Count how many lines hold "TORUS" in the records, and respond with that number by itself.

[ENTRIES PROVIDED Boundary: Start]

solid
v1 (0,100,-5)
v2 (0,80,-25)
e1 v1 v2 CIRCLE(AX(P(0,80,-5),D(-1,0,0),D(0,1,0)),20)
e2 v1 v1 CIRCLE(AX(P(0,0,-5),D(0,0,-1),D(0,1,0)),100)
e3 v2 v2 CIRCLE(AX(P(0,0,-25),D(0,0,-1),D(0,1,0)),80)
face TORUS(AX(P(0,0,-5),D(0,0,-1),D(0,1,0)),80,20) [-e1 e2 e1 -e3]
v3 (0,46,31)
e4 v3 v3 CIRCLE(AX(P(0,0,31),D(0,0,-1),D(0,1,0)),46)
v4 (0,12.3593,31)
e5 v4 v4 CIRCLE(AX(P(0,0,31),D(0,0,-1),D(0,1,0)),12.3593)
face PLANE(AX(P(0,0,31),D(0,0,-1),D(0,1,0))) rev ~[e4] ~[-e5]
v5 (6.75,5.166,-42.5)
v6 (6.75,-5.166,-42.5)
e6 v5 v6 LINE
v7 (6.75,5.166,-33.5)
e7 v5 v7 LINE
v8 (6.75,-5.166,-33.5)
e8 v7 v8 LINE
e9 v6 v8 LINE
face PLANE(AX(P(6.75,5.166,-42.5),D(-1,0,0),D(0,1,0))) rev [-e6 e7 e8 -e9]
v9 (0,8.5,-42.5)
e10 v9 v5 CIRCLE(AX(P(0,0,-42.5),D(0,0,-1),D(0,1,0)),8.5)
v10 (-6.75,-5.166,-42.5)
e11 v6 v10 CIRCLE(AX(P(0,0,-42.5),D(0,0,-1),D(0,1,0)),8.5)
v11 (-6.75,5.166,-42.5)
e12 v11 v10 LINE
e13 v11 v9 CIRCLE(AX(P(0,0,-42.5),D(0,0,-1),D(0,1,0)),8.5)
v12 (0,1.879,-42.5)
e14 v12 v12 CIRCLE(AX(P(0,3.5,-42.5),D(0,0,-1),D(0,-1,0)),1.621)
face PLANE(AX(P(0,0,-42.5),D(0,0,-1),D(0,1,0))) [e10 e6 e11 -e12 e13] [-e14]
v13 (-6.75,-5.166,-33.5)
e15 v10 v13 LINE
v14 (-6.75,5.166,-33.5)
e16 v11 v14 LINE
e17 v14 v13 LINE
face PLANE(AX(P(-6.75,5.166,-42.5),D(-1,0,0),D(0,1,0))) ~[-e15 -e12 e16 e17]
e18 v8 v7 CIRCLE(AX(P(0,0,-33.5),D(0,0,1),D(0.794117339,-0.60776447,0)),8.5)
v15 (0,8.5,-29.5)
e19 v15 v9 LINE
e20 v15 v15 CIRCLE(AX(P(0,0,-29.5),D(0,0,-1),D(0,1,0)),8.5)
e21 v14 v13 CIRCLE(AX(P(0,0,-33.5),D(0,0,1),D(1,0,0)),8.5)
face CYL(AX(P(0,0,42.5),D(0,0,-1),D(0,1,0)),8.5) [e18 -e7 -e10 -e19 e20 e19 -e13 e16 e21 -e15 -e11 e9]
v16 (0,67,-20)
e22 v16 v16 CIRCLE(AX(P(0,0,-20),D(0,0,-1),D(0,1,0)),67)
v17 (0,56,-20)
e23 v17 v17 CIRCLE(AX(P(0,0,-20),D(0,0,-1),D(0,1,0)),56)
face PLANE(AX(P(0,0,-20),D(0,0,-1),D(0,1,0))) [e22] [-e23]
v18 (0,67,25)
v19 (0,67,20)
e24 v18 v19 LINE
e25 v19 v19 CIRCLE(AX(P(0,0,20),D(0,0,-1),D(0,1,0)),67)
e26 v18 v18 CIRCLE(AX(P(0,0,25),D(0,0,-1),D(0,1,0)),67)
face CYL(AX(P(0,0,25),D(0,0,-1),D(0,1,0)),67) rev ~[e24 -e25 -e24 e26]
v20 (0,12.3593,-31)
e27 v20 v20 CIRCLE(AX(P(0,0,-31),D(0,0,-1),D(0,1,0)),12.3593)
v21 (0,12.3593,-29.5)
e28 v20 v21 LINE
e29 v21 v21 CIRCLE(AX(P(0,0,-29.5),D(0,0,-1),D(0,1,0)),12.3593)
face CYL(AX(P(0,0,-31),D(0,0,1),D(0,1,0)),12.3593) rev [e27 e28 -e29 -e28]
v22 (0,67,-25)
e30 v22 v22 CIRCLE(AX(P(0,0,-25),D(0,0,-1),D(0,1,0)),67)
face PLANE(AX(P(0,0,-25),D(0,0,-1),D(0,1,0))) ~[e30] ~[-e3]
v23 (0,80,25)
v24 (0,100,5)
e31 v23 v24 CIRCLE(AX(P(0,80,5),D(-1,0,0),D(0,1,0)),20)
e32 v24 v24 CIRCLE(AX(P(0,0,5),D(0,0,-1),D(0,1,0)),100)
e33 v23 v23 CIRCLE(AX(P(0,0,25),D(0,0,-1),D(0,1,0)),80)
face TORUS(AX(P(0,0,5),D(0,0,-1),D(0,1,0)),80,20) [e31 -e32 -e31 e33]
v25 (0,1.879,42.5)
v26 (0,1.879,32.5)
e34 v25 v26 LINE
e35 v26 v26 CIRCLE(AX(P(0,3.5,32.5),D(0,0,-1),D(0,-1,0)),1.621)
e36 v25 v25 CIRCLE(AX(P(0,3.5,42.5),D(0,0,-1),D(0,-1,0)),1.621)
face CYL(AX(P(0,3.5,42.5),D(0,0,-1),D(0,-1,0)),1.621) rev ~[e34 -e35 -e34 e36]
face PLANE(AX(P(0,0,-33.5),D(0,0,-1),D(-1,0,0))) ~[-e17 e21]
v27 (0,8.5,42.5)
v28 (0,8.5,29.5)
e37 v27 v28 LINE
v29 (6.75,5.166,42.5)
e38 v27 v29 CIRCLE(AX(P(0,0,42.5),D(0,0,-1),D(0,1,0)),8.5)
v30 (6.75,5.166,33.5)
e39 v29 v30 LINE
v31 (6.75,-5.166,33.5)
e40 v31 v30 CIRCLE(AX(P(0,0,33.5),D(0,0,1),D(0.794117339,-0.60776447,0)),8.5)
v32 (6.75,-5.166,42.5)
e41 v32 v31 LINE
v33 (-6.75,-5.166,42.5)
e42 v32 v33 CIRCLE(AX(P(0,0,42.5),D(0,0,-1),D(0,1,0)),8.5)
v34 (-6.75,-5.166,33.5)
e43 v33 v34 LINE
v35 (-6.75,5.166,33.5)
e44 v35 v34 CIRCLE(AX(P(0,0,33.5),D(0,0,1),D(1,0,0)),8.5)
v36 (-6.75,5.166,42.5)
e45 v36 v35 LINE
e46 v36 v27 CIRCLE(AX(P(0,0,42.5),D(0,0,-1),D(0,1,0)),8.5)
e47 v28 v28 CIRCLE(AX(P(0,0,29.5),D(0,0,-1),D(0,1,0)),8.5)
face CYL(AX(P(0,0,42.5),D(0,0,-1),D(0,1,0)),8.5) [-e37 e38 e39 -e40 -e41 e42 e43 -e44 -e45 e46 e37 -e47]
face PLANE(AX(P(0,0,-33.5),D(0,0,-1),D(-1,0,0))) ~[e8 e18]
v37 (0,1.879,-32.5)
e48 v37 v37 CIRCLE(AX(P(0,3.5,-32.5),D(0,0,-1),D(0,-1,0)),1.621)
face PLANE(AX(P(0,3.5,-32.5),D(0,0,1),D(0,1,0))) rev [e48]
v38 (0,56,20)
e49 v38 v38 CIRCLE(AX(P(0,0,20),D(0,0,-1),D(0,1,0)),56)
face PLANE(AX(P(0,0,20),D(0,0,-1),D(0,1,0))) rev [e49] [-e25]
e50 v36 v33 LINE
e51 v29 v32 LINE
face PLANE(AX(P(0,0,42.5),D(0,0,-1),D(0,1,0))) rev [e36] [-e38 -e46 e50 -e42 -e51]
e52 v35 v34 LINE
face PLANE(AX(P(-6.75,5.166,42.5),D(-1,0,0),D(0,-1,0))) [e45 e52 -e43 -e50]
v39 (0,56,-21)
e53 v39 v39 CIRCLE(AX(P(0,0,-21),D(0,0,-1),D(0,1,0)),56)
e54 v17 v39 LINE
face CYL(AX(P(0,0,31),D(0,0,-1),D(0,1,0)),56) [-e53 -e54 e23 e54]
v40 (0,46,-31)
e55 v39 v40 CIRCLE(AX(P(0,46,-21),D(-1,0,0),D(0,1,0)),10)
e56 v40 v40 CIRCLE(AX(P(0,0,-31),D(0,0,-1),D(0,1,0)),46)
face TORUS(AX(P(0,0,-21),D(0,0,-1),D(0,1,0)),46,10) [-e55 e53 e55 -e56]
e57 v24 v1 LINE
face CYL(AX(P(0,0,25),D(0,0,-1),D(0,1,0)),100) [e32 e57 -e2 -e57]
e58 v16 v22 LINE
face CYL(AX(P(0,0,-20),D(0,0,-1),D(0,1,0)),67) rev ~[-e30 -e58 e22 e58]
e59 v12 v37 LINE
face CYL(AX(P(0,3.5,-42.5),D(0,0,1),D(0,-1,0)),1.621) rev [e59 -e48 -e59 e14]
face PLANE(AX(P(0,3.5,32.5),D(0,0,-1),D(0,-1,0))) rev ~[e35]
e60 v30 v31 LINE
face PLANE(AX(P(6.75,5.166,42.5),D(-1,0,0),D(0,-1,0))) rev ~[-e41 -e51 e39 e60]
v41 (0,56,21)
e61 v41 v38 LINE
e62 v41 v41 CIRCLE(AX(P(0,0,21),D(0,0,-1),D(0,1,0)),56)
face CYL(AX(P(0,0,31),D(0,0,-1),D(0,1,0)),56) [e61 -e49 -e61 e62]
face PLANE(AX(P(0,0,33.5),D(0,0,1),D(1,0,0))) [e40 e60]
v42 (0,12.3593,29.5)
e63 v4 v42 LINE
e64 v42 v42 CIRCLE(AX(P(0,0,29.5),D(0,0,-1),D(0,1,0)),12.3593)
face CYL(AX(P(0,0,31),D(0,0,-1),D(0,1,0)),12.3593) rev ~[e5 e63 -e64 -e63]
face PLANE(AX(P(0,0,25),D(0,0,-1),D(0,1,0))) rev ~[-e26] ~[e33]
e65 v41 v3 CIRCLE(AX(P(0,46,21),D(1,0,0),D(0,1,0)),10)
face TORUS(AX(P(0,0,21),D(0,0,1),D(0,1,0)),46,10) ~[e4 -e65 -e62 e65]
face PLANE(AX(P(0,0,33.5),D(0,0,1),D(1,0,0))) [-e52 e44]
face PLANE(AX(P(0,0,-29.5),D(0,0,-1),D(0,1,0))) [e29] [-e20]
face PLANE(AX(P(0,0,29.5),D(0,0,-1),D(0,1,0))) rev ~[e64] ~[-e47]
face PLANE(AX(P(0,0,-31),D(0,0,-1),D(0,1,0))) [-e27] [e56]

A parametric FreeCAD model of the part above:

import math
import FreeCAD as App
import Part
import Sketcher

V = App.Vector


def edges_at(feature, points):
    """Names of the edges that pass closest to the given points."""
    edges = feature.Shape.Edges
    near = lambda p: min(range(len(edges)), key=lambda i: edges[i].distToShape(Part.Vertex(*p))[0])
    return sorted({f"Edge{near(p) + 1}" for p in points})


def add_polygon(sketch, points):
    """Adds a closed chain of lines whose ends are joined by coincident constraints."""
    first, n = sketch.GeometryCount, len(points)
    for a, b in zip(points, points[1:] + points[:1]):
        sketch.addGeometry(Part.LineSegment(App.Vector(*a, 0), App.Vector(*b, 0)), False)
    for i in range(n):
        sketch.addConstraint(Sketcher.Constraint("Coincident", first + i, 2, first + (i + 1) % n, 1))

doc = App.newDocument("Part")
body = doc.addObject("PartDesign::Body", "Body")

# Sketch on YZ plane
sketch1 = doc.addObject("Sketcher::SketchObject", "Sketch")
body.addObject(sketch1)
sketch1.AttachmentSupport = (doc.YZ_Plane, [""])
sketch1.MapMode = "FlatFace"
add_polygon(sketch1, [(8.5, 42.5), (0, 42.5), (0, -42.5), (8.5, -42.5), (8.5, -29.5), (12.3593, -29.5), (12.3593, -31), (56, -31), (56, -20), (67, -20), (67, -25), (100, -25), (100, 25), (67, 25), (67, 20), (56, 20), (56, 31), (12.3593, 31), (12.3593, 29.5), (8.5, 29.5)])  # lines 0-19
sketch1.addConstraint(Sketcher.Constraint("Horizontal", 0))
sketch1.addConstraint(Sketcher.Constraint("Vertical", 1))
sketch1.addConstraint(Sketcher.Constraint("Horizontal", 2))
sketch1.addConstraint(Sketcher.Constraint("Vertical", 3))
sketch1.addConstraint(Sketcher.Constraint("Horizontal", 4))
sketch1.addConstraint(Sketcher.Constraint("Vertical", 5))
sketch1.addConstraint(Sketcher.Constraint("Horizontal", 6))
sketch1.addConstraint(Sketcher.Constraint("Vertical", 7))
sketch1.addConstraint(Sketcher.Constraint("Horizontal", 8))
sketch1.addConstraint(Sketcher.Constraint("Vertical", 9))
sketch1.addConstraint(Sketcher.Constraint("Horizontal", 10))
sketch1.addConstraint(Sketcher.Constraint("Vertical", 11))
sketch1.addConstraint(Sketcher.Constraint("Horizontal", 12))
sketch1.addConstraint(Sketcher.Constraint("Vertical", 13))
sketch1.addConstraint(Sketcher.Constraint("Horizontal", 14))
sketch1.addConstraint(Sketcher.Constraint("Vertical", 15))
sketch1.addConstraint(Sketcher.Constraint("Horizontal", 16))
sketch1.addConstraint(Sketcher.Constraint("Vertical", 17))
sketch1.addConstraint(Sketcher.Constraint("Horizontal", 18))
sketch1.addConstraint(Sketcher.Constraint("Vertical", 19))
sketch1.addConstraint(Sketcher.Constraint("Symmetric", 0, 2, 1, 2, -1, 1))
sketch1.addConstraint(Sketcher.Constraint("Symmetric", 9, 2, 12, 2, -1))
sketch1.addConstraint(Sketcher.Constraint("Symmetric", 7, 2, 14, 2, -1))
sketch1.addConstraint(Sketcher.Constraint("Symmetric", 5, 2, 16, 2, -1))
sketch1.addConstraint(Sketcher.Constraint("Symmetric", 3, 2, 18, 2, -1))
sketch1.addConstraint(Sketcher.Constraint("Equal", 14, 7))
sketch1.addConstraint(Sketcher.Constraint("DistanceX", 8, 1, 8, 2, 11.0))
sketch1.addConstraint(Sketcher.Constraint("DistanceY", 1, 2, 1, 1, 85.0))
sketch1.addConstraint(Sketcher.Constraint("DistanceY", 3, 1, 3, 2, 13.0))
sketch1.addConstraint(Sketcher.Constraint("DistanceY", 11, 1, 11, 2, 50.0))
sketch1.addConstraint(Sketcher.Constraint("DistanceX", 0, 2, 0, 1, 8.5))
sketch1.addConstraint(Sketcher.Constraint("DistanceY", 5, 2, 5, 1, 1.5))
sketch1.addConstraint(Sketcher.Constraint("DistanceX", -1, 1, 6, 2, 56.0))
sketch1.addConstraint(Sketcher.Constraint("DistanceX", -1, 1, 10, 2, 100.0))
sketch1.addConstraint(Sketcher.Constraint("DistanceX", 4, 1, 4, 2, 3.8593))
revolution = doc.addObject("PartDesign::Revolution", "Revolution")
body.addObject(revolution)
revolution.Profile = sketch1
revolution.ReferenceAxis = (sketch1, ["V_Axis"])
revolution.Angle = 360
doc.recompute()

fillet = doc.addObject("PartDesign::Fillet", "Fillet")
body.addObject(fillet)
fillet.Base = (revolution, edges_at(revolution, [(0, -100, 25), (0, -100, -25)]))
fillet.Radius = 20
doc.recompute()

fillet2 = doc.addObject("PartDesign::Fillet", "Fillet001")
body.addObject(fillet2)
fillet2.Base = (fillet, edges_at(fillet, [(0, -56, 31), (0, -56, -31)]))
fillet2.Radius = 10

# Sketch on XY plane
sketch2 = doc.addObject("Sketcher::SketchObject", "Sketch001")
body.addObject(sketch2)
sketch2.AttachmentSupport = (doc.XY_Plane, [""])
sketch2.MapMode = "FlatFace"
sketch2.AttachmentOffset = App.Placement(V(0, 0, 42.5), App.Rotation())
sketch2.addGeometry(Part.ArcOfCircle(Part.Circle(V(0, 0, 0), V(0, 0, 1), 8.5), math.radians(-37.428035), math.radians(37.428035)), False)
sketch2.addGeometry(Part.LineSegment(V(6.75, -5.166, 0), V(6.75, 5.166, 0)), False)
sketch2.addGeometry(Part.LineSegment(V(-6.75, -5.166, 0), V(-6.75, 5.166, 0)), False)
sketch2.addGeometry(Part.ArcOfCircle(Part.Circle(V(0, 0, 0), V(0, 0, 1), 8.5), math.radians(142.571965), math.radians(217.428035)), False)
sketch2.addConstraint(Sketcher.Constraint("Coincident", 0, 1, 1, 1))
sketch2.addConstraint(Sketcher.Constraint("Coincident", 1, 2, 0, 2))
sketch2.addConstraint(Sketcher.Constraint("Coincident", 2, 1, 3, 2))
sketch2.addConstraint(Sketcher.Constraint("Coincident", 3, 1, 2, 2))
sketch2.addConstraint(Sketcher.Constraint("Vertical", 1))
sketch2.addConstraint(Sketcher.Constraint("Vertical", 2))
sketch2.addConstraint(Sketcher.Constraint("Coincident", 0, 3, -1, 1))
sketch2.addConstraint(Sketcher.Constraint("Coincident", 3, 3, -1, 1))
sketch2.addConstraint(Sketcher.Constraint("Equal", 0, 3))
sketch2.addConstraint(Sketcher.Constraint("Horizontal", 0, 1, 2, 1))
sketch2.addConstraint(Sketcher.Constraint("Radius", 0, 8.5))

[ENTRIES PROVIDED Boundary: End]

• _EXPECTED ANSWER_: 4